July 30, 2010 by alex
So we’ve been told that all these fancy new NoSQL stores don’t support transactions because that wouldn’t scale, and we’d just have to live with that. So yes, technically, CouchDB doesn’t support transactions, yet it still does. In a way.
What CouchDB doesn’t support is transactions that span multiple read/write operations, i.e. write document a, then write document b, if something goes wrong, roll back both writes. What it does support is single document “transactions”, i.e. a document is either written completely or not. So if our application requires a transaction, all we have to do is make sure that transaction happens in a single document.
Here’s our use case: at Cobot, our coworking space management service, we have a feature where a coworking space can charge a coworker for a one time service, e.g. usage of a meeting room. The way it works is that the manager of a space goes to cobot and enters an amount and description, e.g. “$10” and “meeting room”. At the end of the month, a cron job sends out invoices for all the one-time charges.
Our problem lies with this cron job. The job has to find all the charges for a coworker that haven’t been invoiced yet, create an invoice and mark the charges as invoiced. Without transactions, if something went wrong between creating the invoice and marking the charge as invoiced, the charge could end up being invoiced twice, because it hasn’t been marked as invoiced the first time.
Clearly we need to throw CouchDB away now and go back to a proper™ (a.k.a. relational) database, right? Well, no. As I said earlier we can try to move the transaction into a single document.
In our relational past, we would have had an invoices table and a charges table. The invoices table would carry all the invoices data (have fun with that), and the charges would have a field for amount and description, as well as a boolean field invoiced.
In the world of NoSQL (documents, no transactions), instead we have 2 documents: an invoice document that contains all the invoice data and a charge document with the amount and description again. Oh, and the documents also have _id_s.
Now when we create the invoice, instead of marking the charge as invoiced, we add the charge’s id to an array invoiced_charges in the invoice.
That was pretty easy. Now the tricky part is, next month, to determine which charges have been invoiced already. The first approach could be to make two requests:
Fetch all the charges by using a view that just emits every document that is a charge
function(doc) {
if(doc.type == 'charge') {
emit(doc.id, null);
}
}
Then fetch all the charge ids from the invoices:
function(doc) {
if(doc.invoiced_charges) {
doc.invoiced_charges.forEach(function(id) {
emit(id, null);
});
}
}
Then on the client side we can throw all the charges whose ids are in the list of invoiced charges.
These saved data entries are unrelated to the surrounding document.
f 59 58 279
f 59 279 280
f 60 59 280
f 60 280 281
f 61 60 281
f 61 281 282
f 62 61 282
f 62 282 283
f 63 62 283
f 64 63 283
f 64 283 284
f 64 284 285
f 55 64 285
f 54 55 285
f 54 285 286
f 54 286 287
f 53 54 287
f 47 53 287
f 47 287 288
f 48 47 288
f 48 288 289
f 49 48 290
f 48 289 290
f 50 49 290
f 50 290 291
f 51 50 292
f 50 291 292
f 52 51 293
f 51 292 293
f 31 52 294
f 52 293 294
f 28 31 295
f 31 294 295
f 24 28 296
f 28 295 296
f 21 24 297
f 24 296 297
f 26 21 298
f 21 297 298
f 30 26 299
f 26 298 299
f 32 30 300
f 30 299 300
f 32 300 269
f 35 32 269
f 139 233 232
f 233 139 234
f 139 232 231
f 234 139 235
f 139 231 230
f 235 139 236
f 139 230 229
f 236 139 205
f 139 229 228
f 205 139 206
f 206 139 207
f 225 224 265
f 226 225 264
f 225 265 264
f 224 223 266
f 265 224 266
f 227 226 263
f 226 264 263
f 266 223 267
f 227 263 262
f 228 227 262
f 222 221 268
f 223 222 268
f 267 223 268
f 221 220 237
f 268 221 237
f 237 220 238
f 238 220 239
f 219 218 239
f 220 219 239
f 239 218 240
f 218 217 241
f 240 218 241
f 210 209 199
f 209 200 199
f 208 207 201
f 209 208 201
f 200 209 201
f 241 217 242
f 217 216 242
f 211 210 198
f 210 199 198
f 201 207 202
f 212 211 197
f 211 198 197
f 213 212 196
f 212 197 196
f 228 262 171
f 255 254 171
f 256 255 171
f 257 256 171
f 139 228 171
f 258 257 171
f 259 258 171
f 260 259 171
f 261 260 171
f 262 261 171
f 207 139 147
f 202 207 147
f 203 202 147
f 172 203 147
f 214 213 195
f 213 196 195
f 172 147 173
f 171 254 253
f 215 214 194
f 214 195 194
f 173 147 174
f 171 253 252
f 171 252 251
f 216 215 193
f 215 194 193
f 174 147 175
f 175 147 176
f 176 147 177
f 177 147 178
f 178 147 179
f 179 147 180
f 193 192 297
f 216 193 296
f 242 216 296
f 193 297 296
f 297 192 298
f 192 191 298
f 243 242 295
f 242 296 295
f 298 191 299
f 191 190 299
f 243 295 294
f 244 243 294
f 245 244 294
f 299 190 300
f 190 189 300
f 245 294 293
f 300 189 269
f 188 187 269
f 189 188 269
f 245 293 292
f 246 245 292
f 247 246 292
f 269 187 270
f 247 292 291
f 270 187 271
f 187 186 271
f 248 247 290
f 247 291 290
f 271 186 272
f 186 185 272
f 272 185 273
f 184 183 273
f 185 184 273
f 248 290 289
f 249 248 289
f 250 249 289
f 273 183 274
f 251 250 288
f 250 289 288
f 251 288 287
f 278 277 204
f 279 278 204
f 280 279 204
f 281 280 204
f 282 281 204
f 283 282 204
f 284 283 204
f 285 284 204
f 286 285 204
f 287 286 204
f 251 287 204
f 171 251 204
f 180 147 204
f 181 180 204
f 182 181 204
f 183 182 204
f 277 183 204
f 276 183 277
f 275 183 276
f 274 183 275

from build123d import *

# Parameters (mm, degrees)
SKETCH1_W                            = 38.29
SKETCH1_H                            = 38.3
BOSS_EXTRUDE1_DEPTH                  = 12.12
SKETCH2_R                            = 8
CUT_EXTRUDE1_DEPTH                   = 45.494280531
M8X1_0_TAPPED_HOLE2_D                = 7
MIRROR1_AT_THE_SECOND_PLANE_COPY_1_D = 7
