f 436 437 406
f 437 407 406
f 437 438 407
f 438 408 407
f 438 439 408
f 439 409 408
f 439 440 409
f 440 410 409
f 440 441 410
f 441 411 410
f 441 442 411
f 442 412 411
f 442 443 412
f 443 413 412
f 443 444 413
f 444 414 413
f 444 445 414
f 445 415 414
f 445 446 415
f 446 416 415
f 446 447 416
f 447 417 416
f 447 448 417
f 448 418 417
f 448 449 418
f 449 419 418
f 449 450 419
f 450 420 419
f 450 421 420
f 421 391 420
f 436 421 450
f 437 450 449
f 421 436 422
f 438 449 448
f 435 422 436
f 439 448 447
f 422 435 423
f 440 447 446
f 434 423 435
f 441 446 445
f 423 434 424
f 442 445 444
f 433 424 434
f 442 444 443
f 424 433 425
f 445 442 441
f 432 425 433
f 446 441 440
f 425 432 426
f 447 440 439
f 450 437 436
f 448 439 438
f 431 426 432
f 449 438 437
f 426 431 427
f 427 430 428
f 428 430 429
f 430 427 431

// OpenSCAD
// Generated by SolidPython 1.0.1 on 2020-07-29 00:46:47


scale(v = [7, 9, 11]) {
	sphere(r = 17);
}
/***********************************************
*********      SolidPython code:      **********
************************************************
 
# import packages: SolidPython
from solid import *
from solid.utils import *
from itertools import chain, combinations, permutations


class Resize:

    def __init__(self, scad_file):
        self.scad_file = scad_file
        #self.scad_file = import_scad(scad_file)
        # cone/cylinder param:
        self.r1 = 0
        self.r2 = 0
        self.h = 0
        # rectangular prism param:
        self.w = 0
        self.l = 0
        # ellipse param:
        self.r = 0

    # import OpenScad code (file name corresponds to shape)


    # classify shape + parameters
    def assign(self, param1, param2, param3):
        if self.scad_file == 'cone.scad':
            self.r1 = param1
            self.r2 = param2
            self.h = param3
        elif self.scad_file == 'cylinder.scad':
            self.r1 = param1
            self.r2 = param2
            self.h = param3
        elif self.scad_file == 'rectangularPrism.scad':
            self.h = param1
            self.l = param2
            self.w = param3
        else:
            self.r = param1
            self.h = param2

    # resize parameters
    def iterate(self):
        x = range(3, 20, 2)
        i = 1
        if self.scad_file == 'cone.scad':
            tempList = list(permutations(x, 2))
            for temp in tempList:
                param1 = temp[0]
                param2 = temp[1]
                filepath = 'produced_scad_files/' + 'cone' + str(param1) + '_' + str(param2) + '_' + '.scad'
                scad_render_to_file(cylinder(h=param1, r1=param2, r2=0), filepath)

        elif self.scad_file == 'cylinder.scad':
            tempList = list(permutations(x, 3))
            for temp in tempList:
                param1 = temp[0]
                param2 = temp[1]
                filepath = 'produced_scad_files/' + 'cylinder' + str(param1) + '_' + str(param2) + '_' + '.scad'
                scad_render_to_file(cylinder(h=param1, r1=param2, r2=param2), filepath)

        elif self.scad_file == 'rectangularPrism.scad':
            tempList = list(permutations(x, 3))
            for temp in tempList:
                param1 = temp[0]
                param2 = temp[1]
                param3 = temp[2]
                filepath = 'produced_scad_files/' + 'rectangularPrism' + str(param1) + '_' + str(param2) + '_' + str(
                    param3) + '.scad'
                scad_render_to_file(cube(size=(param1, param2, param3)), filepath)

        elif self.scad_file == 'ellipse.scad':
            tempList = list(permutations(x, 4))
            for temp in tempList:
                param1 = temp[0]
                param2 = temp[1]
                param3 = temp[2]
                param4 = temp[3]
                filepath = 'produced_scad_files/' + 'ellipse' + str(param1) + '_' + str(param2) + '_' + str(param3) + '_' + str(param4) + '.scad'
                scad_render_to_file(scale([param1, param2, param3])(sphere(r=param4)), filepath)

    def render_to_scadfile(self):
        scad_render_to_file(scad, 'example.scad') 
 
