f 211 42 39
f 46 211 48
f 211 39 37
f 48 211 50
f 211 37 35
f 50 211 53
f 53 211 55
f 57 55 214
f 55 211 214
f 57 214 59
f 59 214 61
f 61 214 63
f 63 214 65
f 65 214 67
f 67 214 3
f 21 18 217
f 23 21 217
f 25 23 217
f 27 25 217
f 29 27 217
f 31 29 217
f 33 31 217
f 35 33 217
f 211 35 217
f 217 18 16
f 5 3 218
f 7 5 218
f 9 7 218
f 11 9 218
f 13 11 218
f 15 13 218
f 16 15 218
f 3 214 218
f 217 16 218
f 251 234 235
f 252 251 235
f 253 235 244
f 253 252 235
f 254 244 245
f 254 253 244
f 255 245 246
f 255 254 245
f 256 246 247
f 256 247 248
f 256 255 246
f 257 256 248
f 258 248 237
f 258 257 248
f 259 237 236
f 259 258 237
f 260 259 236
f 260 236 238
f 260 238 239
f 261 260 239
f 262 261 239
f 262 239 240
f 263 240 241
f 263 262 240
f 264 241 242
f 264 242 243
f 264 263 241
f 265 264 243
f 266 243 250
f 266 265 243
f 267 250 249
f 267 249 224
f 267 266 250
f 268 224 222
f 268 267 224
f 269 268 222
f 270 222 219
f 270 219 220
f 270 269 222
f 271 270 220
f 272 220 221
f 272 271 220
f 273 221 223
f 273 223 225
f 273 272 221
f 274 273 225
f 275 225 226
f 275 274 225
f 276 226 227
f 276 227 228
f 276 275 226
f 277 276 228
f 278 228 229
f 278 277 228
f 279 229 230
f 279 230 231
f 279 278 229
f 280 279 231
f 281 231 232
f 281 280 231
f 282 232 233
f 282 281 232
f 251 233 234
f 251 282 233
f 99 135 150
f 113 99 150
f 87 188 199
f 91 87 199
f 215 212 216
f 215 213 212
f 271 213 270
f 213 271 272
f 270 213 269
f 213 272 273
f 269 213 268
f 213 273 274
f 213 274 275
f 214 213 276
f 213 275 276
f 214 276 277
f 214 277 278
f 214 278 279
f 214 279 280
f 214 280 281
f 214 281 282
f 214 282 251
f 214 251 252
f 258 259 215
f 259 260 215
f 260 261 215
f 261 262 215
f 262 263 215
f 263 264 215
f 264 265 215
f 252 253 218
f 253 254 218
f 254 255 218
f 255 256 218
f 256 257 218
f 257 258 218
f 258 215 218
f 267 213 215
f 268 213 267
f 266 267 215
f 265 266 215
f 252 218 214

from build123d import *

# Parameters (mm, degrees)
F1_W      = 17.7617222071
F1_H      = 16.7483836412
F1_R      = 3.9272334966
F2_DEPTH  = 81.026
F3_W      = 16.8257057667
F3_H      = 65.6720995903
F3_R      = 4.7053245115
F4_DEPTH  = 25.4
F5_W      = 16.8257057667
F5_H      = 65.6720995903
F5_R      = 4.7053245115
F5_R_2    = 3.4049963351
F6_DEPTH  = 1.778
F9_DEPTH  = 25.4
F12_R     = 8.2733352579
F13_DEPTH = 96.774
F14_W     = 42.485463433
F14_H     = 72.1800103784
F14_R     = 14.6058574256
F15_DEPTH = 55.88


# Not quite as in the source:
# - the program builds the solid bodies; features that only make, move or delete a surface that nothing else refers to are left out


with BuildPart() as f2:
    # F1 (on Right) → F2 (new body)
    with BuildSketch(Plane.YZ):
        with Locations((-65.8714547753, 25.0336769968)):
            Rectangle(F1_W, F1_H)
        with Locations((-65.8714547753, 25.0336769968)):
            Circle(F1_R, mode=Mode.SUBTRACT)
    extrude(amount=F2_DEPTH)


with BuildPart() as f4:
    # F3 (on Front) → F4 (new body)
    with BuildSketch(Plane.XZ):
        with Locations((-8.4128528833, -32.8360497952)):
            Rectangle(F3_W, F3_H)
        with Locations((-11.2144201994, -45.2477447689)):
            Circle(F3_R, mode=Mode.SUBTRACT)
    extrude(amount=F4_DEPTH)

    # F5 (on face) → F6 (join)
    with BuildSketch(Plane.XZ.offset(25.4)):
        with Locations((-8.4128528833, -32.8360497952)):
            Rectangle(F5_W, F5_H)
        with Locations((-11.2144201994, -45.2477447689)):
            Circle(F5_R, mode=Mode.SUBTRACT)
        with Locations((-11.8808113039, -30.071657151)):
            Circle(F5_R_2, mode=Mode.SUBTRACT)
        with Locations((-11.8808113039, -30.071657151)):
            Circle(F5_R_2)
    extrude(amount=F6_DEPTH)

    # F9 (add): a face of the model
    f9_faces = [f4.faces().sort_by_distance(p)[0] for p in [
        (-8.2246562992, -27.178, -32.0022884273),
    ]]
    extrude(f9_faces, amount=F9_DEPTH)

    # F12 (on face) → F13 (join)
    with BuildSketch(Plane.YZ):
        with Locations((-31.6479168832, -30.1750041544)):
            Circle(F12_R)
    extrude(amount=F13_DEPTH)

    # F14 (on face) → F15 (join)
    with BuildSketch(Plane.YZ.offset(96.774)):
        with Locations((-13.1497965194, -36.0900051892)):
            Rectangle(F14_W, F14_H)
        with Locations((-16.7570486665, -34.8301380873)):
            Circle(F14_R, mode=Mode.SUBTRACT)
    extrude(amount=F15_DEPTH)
But we can do better: We can use a list function to do the filtering within CouchDB. First we have to combine the above views into one:
function(doc) {
if(doc.type == 'charge') {
emit('charge', null);
}
if(doc.invoiced_charges) {
doc.invoiced_ids.forEach(function(id) {
emit('_invoiced', null)
});
}
}
Now we add the following list function:
function() {
// some helpers
Array.prototype.index = function(val) {
for(var i = 0, l = this.length; i < l; i++) {
if(this[i] == val) return i;
}
return null;
}
Array.prototype.include = function(val) {
return this.index(val) !== null;
}
// interesting stuff
var used_ids = [];
send_json_results(function(row, sender) {
if(row['key'] == '_invoiced') {
used_ids.push(row['id']);
} else {
if(!used_ids.include(row['id'])) {
sender.send_row(row);
};
};
});
// more helpers
// this just makes sending json from a list function easier
function send_json_results(callback) {
send('{"rows": [');
var first_row = true, sender = {};
sender.send_row = function(json) {
if(!first_row) {
send(',');
}
first_row = false;
send(JSON.stringify(json));
};
while(row = getRow()) {
callback(row, sender);
}
send(']}');
};
}
(Disclaimer: this is not exactly the same code as used in cobot and I haven’t tested it again.)
Apart from all the helpers, what this essentially does it put all the invoiced charges ids into a list and check every charge against that list, only sending it down to the client if it hasn’t been invoiced already.
As the view is sorted by the keys (‘_invoiced’, ‘charge’) we can be sure that all the invoiced charge ids have been collected before the list function checks the first charge.
There you have it, transactions in CouchDB.
P.S. If you are writing your stuff in Ruby (and possibly Rails), Couch Potato now has support for creating and querying list functions. See the readme.